Collected data entries:
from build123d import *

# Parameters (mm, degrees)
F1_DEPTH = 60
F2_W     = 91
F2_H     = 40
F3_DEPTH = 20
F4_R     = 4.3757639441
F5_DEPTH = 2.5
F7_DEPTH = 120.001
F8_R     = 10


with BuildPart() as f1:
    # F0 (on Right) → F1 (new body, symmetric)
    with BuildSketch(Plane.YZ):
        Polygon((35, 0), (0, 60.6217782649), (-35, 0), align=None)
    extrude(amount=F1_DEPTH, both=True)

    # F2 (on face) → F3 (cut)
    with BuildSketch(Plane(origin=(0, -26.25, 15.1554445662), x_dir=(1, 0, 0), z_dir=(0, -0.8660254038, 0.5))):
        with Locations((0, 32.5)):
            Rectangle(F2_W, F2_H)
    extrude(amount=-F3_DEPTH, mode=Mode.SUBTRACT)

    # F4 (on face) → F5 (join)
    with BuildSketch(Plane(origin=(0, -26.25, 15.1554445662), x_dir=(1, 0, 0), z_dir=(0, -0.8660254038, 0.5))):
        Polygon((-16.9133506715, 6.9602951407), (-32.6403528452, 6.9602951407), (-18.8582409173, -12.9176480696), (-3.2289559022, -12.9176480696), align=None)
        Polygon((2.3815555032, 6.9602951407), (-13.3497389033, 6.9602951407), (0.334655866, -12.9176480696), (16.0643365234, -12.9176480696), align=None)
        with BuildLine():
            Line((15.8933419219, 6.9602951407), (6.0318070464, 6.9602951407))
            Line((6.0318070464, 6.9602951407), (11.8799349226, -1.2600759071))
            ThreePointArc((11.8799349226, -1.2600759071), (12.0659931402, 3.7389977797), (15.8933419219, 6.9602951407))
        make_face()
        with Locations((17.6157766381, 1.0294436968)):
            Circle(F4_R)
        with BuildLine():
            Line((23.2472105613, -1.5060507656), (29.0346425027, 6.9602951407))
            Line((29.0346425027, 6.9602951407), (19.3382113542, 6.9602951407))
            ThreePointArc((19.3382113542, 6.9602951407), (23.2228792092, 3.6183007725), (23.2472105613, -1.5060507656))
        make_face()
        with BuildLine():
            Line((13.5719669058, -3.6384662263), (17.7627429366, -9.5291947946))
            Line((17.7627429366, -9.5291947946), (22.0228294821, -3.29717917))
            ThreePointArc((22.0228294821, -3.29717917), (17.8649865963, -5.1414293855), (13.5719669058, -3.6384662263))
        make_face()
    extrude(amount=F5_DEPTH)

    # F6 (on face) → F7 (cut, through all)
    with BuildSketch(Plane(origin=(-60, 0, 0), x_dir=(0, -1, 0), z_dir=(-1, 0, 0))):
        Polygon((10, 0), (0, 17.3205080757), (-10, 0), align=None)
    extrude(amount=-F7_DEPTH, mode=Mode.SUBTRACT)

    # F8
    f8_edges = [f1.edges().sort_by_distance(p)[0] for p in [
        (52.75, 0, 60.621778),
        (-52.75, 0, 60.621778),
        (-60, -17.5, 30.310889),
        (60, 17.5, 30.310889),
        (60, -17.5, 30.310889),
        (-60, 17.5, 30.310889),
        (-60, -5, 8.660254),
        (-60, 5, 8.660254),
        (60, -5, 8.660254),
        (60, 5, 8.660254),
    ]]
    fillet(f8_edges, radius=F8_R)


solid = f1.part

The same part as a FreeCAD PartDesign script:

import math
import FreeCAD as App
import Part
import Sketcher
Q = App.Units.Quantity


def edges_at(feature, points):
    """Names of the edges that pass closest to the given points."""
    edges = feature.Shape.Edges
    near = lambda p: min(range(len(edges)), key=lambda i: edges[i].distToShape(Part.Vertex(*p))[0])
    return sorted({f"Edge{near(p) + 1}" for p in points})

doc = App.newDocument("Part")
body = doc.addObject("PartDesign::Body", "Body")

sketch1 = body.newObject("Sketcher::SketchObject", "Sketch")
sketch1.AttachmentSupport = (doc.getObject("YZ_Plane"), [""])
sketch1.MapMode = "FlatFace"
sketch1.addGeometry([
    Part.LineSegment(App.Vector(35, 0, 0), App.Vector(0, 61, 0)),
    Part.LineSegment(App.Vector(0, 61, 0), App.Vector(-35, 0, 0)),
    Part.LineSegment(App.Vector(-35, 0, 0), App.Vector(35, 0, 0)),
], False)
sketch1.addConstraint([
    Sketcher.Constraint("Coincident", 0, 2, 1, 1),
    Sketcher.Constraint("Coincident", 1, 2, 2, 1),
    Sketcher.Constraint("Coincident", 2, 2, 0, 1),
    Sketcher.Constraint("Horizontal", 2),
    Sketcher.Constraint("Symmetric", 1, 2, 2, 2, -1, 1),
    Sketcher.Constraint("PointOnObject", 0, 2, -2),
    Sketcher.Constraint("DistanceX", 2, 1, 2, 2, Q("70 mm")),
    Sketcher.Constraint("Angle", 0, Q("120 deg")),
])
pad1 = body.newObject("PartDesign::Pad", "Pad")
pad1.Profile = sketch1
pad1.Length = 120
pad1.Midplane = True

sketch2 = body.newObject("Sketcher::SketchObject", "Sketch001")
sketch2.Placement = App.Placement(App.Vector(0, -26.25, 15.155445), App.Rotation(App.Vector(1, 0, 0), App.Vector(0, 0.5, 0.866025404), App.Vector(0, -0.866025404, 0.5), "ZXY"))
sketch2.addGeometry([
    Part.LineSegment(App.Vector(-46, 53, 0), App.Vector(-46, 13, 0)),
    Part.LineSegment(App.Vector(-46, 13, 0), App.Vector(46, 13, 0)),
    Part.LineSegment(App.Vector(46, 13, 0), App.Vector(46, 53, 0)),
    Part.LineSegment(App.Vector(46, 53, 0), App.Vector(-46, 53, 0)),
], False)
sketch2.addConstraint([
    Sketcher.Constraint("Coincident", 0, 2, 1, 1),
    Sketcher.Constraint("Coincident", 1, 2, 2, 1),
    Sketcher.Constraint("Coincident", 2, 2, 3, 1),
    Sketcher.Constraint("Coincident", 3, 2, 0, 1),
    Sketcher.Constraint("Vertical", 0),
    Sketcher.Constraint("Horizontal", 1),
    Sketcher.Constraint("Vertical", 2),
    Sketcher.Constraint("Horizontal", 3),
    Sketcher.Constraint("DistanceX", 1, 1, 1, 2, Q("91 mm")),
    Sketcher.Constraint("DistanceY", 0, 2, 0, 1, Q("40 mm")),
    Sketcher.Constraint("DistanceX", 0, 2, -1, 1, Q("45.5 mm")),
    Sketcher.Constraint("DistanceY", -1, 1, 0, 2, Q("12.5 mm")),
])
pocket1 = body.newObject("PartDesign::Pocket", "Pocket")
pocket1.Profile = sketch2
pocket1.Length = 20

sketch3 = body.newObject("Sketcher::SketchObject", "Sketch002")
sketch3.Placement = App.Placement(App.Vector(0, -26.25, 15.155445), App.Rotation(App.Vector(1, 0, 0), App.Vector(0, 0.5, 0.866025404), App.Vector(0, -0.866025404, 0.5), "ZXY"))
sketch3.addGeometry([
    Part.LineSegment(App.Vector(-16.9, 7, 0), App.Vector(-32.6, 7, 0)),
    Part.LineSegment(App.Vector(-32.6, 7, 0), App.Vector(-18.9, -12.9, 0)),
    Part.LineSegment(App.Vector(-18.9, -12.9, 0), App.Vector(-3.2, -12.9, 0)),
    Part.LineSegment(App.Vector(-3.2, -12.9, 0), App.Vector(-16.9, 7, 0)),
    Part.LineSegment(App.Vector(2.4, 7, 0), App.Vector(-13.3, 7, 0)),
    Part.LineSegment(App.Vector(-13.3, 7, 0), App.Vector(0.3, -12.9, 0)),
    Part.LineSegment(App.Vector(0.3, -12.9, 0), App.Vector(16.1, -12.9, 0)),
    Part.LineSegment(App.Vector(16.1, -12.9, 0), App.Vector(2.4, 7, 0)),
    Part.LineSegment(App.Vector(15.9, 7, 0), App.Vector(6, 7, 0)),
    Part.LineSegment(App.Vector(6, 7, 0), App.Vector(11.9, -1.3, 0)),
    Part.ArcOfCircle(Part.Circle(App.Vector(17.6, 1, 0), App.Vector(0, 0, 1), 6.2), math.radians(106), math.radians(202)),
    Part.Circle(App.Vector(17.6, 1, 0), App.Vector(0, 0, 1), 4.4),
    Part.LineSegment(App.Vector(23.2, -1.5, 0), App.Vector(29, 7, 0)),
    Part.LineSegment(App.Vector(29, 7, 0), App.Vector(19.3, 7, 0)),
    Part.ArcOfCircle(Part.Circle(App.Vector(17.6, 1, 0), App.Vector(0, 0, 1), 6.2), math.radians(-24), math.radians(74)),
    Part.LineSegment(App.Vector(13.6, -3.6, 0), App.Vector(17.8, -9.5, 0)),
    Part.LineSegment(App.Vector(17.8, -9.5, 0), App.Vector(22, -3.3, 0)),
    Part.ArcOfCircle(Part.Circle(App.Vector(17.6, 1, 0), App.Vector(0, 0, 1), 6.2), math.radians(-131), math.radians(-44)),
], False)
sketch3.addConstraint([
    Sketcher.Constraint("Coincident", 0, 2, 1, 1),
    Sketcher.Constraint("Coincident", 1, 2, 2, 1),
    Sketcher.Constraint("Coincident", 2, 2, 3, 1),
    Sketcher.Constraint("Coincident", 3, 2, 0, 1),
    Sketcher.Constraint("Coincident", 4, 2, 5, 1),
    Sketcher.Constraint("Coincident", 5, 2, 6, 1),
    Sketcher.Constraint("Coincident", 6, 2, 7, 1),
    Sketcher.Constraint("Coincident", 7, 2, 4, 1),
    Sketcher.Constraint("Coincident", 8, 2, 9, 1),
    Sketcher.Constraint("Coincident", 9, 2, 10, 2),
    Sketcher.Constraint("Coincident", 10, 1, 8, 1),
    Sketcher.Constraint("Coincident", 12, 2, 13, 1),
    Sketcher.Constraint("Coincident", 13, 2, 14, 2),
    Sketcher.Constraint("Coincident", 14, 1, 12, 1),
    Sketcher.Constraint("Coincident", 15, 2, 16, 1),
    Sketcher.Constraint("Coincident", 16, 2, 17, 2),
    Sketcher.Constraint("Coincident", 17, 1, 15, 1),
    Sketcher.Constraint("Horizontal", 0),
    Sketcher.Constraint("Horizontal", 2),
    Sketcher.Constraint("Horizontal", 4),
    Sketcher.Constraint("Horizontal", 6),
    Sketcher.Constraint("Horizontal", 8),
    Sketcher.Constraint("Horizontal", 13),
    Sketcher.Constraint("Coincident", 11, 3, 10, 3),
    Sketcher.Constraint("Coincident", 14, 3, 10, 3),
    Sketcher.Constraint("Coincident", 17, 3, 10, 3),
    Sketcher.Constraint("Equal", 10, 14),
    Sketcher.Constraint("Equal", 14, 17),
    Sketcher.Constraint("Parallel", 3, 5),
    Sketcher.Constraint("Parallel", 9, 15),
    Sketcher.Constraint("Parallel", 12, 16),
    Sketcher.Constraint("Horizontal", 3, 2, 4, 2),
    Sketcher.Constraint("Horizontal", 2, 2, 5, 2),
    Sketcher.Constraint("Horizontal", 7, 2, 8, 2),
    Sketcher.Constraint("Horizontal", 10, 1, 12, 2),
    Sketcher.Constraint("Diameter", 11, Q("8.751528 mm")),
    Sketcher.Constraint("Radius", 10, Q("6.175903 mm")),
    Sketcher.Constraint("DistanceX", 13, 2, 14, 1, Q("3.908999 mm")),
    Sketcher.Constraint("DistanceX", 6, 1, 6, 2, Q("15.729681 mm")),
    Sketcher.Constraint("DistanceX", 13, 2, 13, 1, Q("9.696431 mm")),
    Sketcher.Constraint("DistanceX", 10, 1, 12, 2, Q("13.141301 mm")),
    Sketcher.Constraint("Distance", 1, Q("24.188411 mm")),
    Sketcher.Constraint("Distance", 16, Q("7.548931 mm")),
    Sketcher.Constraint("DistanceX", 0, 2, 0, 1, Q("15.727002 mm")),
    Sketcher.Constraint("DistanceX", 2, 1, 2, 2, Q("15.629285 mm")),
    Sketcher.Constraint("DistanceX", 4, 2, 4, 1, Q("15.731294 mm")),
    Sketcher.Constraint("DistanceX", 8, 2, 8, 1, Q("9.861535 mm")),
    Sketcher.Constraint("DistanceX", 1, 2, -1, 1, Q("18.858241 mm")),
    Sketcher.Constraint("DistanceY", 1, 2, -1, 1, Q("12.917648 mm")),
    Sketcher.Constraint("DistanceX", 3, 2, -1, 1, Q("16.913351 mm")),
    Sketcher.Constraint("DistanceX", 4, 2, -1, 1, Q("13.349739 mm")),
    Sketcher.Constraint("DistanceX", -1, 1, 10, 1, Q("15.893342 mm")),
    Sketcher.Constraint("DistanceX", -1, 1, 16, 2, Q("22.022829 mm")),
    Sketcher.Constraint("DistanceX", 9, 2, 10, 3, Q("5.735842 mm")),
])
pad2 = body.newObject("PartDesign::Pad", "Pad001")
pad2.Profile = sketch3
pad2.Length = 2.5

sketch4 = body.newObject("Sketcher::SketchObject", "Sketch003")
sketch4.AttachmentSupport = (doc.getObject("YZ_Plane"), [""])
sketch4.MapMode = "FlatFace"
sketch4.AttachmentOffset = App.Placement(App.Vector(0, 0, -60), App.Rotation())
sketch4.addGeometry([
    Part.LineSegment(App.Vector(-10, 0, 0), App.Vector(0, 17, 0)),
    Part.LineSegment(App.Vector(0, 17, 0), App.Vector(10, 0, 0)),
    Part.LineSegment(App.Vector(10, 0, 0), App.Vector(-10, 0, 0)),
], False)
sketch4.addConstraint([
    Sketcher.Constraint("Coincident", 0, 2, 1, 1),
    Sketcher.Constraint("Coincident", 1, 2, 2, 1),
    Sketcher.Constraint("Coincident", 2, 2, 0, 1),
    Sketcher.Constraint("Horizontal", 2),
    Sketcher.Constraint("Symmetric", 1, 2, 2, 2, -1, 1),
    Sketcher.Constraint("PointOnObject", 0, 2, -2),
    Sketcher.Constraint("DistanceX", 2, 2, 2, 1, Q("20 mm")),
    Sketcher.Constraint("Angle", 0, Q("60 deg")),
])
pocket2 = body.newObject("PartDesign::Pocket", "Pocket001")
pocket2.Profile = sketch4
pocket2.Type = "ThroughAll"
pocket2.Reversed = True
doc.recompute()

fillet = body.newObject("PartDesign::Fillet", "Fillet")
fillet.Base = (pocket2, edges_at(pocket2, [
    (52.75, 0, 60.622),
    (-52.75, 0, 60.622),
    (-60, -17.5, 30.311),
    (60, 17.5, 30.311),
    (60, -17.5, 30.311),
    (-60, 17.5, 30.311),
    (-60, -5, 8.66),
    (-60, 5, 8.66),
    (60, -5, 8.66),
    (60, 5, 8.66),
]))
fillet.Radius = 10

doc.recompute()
...
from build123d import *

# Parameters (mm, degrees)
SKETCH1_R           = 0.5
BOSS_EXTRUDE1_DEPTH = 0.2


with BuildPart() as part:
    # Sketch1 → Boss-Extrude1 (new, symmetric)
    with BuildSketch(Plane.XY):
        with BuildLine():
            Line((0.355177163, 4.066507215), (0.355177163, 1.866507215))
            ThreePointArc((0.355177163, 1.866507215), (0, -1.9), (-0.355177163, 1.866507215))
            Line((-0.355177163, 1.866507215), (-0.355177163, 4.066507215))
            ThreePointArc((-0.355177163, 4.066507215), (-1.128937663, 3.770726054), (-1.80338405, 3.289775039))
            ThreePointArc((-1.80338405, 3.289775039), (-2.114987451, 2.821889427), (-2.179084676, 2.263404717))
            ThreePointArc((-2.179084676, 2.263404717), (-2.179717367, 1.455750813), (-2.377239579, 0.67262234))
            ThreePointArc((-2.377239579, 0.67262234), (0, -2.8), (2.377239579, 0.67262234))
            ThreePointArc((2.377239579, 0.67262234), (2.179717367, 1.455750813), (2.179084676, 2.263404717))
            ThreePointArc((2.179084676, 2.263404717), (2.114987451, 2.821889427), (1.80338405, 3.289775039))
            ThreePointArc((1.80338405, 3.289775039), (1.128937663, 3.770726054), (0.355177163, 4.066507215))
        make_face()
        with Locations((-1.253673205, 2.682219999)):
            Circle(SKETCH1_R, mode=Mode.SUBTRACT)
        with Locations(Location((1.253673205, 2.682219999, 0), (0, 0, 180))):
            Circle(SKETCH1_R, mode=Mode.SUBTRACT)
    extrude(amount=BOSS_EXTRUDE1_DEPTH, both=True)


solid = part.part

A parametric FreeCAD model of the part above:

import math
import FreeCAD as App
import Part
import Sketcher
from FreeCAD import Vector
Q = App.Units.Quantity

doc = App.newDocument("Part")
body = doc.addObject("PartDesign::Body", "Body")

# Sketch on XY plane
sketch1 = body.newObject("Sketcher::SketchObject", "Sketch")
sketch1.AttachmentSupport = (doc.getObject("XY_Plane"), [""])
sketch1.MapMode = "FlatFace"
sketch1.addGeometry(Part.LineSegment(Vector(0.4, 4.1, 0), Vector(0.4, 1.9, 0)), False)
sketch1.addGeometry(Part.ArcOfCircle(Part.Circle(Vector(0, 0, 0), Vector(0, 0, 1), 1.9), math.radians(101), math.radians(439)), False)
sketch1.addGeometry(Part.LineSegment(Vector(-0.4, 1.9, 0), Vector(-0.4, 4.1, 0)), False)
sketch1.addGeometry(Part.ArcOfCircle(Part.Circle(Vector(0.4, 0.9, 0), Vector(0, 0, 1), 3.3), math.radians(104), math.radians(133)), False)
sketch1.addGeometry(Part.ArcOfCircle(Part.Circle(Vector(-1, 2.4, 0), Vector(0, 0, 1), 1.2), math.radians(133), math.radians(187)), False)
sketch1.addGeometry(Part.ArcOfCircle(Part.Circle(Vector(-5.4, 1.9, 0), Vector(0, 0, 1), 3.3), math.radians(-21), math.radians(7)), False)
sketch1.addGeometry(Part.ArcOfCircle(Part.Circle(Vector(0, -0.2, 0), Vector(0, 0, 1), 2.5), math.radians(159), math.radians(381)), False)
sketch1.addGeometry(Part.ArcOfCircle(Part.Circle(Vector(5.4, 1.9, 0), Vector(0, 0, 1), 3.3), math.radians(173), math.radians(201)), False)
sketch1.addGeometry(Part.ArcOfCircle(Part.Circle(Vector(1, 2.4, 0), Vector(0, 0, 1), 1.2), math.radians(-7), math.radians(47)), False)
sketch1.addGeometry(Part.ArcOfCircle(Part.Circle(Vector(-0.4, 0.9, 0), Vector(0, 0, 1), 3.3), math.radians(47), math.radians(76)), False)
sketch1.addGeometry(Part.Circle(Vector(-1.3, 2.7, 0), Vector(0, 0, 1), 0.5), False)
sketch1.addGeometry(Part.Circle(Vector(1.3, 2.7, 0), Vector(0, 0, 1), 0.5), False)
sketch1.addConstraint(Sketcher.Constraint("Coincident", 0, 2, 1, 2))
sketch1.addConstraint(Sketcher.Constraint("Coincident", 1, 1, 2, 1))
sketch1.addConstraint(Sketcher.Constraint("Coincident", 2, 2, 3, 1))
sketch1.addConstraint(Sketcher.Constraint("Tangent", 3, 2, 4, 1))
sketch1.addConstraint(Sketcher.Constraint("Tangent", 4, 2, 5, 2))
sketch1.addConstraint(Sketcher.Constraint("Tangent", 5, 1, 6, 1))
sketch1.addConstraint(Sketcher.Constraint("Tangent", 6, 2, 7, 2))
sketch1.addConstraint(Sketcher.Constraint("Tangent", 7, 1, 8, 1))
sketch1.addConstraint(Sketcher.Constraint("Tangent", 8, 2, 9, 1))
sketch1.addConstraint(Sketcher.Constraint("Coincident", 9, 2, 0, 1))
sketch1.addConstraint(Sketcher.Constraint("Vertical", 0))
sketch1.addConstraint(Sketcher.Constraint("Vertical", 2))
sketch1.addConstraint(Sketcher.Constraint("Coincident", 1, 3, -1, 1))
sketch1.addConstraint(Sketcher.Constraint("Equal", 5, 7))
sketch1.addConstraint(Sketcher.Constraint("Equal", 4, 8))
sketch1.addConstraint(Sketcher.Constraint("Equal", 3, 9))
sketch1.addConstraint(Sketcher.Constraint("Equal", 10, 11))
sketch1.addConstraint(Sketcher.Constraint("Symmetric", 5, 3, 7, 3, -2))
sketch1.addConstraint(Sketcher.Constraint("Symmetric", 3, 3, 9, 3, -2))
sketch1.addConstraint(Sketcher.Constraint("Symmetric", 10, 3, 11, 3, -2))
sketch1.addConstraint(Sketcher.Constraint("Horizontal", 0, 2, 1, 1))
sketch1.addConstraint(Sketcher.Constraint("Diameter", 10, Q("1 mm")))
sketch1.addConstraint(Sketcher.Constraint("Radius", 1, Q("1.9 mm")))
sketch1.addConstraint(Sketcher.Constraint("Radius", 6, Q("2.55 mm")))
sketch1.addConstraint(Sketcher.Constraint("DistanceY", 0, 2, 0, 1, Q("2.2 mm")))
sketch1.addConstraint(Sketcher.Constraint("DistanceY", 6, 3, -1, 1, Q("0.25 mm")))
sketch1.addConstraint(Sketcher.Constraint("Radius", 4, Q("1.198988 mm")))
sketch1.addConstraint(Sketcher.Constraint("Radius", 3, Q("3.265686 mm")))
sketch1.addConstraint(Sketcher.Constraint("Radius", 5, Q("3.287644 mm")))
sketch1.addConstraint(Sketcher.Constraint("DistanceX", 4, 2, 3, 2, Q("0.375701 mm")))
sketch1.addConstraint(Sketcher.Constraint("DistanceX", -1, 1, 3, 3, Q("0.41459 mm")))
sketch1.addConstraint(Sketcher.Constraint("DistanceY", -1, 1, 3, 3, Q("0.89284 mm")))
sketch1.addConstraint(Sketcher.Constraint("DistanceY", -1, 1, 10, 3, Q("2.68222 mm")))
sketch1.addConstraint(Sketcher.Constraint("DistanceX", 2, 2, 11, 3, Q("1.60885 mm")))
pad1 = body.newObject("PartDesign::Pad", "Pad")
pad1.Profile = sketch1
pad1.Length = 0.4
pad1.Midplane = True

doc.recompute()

Assignment – Look through the data above. Each line containing the word "Locations" needs to be copied.

Answer –
        with Locations((0, 32.5)):
        with Locations((17.6157766381, 1.0294436968)):
        with Locations((-1.253673205, 2.682219999)):
        with Locations(Location((1.253673205, 2.682219999, 0), (0, 0, 180))):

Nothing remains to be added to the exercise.